»»

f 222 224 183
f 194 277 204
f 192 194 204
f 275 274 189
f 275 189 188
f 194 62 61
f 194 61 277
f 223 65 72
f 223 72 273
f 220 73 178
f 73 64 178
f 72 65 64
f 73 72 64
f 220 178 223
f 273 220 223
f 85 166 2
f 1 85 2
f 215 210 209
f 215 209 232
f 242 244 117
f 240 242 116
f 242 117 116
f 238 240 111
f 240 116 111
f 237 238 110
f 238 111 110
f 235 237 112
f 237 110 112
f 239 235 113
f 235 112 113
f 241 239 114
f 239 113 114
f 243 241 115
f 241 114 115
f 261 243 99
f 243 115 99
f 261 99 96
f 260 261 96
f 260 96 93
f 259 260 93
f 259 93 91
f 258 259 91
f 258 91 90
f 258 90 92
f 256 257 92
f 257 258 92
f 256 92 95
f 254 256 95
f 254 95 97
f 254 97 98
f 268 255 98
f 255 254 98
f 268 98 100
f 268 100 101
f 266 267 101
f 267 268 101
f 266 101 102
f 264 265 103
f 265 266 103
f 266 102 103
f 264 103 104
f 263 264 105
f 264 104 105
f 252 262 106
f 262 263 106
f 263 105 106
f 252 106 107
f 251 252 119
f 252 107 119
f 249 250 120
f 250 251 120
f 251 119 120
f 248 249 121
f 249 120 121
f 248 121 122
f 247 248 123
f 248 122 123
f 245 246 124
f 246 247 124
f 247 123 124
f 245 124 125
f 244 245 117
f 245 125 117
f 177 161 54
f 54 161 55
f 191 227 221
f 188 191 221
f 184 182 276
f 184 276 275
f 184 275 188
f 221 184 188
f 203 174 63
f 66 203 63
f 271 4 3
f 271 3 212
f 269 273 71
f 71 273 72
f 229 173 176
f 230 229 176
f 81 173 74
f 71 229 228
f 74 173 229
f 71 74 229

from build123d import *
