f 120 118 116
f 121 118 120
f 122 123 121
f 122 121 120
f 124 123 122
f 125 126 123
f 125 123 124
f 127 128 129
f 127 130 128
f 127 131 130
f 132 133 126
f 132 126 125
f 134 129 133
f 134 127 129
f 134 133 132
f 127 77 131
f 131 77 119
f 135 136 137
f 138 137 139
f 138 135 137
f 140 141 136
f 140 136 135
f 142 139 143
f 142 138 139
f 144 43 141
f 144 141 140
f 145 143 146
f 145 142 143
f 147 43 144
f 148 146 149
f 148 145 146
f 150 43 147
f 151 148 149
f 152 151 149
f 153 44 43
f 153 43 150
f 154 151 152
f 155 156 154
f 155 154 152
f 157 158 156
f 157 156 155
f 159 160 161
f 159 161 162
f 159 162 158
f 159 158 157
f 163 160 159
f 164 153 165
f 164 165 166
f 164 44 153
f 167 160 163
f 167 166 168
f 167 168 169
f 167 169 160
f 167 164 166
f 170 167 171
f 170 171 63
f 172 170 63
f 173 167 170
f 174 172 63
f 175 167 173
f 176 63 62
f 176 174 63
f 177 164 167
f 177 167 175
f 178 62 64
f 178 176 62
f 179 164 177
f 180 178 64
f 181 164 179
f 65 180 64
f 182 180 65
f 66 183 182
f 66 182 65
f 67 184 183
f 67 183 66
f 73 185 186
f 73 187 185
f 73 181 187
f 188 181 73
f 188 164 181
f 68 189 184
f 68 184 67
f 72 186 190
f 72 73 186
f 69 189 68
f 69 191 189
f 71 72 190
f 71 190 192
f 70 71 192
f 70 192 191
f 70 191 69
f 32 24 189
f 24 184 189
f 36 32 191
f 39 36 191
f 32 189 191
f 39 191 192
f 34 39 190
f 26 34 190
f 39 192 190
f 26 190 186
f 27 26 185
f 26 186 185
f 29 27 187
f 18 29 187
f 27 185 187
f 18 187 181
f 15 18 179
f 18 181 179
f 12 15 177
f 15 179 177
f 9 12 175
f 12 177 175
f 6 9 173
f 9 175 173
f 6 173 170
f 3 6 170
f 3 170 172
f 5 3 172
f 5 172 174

««

What you return should be the lines from the beginning of the records through the one that contains "f 258 91 90", repeated exactly and with no additions.

f 222 224 183
f 194 277 204
f 192 194 204
f 275 274 189
f 275 189 188
f 194 62 61
f 194 61 277
f 223 65 72
f 223 72 273
f 220 73 178
f 73 64 178
f 72 65 64
f 73 72 64
f 220 178 223
f 273 220 223
f 85 166 2
f 1 85 2
f 215 210 209
f 215 209 232
f 242 244 117
f 240 242 116
f 242 117 116
f 238 240 111
f 240 116 111
f 237 238 110
f 238 111 110
f 235 237 112
f 237 110 112
f 239 235 113
f 235 112 113
f 241 239 114
f 239 113 114
f 243 241 115
f 241 114 115
f 261 243 99
f 243 115 99
f 261 99 96
f 260 261 96
f 260 96 93
f 259 260 93
f 259 93 91
f 258 259 91
f 258 91 90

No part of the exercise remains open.